Hinweis: Zur Wahrnehmung von veranlagungsbezogenen Besteuerungswahlrechten und Anträgen siehe auch die Generalnorm des § 39 Abs 4 EStG idF AbgÄG 2023.

Ab 2022: Die Prämien können jeweils für ein Kalenderjahr beantragt werden. Die Bemessungsgrundlage für die Prämie für das Kalenderjahr ist aus den Forschungsaufwendungen(-ausgaben) aus dem/den Wirtschaftsjahr(en) zu ermitteln, das/die in dem Kalenderjahr endet/enden. Die Antragsfrist beginnt mit dem Ablauf des (letzten) Wirtschaftsjahres und endet vier Jahre nach dem Beginn. Die Antragstellung hat elektronisch im Wege von FinanzOnline zu erfolgen (§ 108c Abs 3 EStG idF AbgÄG 2022 und § 124b Z 405 EStG).

Bis 2021: FPr können erst nach Ablauf des jeweiligen Wirtschaftsjahres geltend gemacht werden, spätestens jedoch bis zum Eintritt der Rechtskraft des betreffenden Einkommensteuer-, Körperschaftsteuer- oder Feststellungsbescheides (§ 108c Abs 3 EStG idF vor AbgÄG 2022).

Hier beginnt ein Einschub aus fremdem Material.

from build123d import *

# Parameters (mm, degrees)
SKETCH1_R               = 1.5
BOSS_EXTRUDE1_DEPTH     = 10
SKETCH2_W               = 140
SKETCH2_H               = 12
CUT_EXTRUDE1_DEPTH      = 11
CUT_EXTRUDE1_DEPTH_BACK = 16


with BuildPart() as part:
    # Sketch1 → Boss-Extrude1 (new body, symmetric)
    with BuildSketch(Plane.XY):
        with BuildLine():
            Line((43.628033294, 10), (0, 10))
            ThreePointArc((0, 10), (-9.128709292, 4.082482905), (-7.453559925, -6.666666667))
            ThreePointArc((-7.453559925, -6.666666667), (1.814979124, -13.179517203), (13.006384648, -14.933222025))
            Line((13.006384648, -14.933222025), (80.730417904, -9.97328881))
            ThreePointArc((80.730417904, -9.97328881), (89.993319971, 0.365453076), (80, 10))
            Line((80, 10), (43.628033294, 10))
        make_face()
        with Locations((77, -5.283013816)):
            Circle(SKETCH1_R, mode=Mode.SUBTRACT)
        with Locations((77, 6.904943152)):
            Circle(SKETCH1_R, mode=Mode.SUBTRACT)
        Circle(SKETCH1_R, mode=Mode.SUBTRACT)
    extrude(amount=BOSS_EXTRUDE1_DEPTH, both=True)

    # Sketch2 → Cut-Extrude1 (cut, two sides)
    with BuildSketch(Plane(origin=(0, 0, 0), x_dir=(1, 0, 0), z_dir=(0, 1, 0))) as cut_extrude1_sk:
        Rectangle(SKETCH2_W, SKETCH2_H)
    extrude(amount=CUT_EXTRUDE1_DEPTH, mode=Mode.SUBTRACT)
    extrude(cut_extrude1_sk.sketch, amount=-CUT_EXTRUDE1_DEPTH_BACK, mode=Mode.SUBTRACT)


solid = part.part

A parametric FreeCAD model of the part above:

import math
import FreeCAD as App
import Part
import Sketcher

V = App.Vector


def add_polygon(sketch, points):
    """Adds a closed chain of lines whose ends are joined by coincident constraints."""
    first, n = sketch.GeometryCount, len(points)
    for a, b in zip(points, points[1:] + points[:1]):
        sketch.addGeometry(Part.LineSegment(App.Vector(*a, 0), App.Vector(*b, 0)), False)
    for i in range(n):
        sketch.addConstraint(Sketcher.Constraint("Coincident", first + i, 2, first + (i + 1) % n, 1))

doc = App.newDocument("Part")
body = doc.addObject("PartDesign::Body", "Body")

# Sketch on XY plane
sketch1 = body.newObject("Sketcher::SketchObject", "Sketch")
sketch1.AttachmentSupport = (doc.getObject("XY_Plane"), [""])
sketch1.MapMode = "FlatFace"
sketch1.addGeometry([
    Part.ArcOfCircle(Part.Circle(V(0, 0, 0), V(0, 0, 1), 10), math.radians(90), math.radians(221.810315)),  # 0
    Part.ArcOfCircle(Part.Circle(V(11.18034, 10, 0), V(0, 0, 1), 25), math.radians(-138.189685), math.radians(-85.811284)),  # 1
    Part.LineSegment(V(13.006385, -14.933222, 0), V(80.730418, -9.973289, 0)),  # 2
    Part.ArcOfCircle(Part.Circle(V(80, 0, 0), V(0, 0, 1), 10), math.radians(-85.811283), math.radians(90)),  # 3
    Part.LineSegment(V(80, 10, 0), V(0, 10, 0)),  # 4
    Part.Circle(V(0, 0, 0), V(0, 0, 1), 1.5),  # 5
    Part.Circle(V(77, -5.283014, 0), V(0, 0, 1), 1.5),  # 6
    Part.Circle(V(77, 6.904943, 0), V(0, 0, 1), 1.5),  # 7
], False)
sketch1.addConstraint([
    Sketcher.Constraint("Tangent", 0, 2, 1, 1),
    Sketcher.Constraint("Tangent", 1, 2, 2, 1),
    Sketcher.Constraint("Tangent", 2, 2, 3, 1),
    Sketcher.Constraint("Tangent", 3, 2, 4, 1),
    Sketcher.Constraint("Tangent", 4, 2, 0, 1),
    Sketcher.Constraint("Horizontal", 4),
    Sketcher.Constraint("Coincident", 0, 3, -1, 1),
    Sketcher.Constraint("Coincident", 5, 3, -1, 1),
    Sketcher.Constraint("Equal", 0, 3),
    Sketcher.Constraint("Equal", 5, 6),
    Sketcher.Constraint("Equal", 6, 7),
    Sketcher.Constraint("Horizontal", 1, 3, 3, 2),
    Sketcher.Constraint("Vertical", 6, 3, 7, 3),
    Sketcher.Constraint("Diameter", 5, 3.0),
    Sketcher.Constraint("Radius", 0, 10.0),
    Sketcher.Constraint("Radius", 1, 25.0),
    Sketcher.Constraint("DistanceX", 4, 2, 4, 1, 80.0),
    Sketcher.Constraint("DistanceX", -1, 1, 6, 3, 77.0),
    Sketcher.Constraint("DistanceY", 0, 2, 7, 3, 13.57161),
    Sketcher.Constraint("DistanceY", 1, 2, 6, 3, 9.650208),
])
pad1 = body.newObject("PartDesign::Pad", "Pad")
pad1.Profile = sketch1
pad1.Length = 20
pad1.Midplane = True

# Sketch on XZ plane
sketch2 = body.newObject("Sketcher::SketchObject", "Sketch001")
sketch2.AttachmentSupport = (doc.getObject("XZ_Plane"), [""])
sketch2.MapMode = "FlatFace"
add_polygon(sketch2, [(-70, -6), (-70, 6), (70, 6), (70, -6)])  # lines 0-3
sketch2.addConstraint([
    Sketcher.Constraint("Vertical", 0),
    Sketcher.Constraint("Horizontal", 1),
    Sketcher.Constraint("Vertical", 2),
    Sketcher.Constraint("Horizontal", 3),
    Sketcher.Constraint("Symmetric", 0, 2, 2, 2, -1, 1),
    Sketcher.Constraint("DistanceX", 1, 1, 1, 2, 140.0),
    Sketcher.Constraint("DistanceY", 0, 1, 0, 2, 12.0),
])
pocket1 = body.newObject("PartDesign::Pocket", "Pocket")
pocket1.Profile = sketch2
pocket1.Type = "ThroughAll"
pocket1.Midplane = True

doc.recompute()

Bei Unternehmensgruppen iSd § 9 KStG sind die Prämien vom betreffenden Gruppenmitglied bis zur Rechtskraft des Feststellungsbescheides geltend zu machen und werden diesem auch gutgeschrieben (vgl KStR 2013 Rz 1060; siehe auch KStR 2013 Rz 1580 ff).

Teilabspruch in Bezug auf den unstrittigen Teil des Prämienantrages

Das Finanzamt kann auf Antrag die FPr für eigenbetriebliche Forschung und experimentelle Entwicklung hinsichtlich eines sachverhaltsmäßig abgegrenzten Teiles des Prämienantrages (ein Forschungsprojekt, mehrere Forschungsprojekte und/oder ein Forschungsschwerpunkt, mehrere Forschungsschwerpunkte) mit gesondertem Bescheid festsetzen, wenn damit zu rechnen ist, dass sich andernfalls die Entscheidung über den Prämienantrag erheblich verzögert (vgl § 108c Abs 3 EStG idF AbgÄG 2022; ab 20.7.2022).

Die Forschung muss von einem inländischen Betrieb oder einer inländischen Betriebsstätte in Auftrag gegeben werden.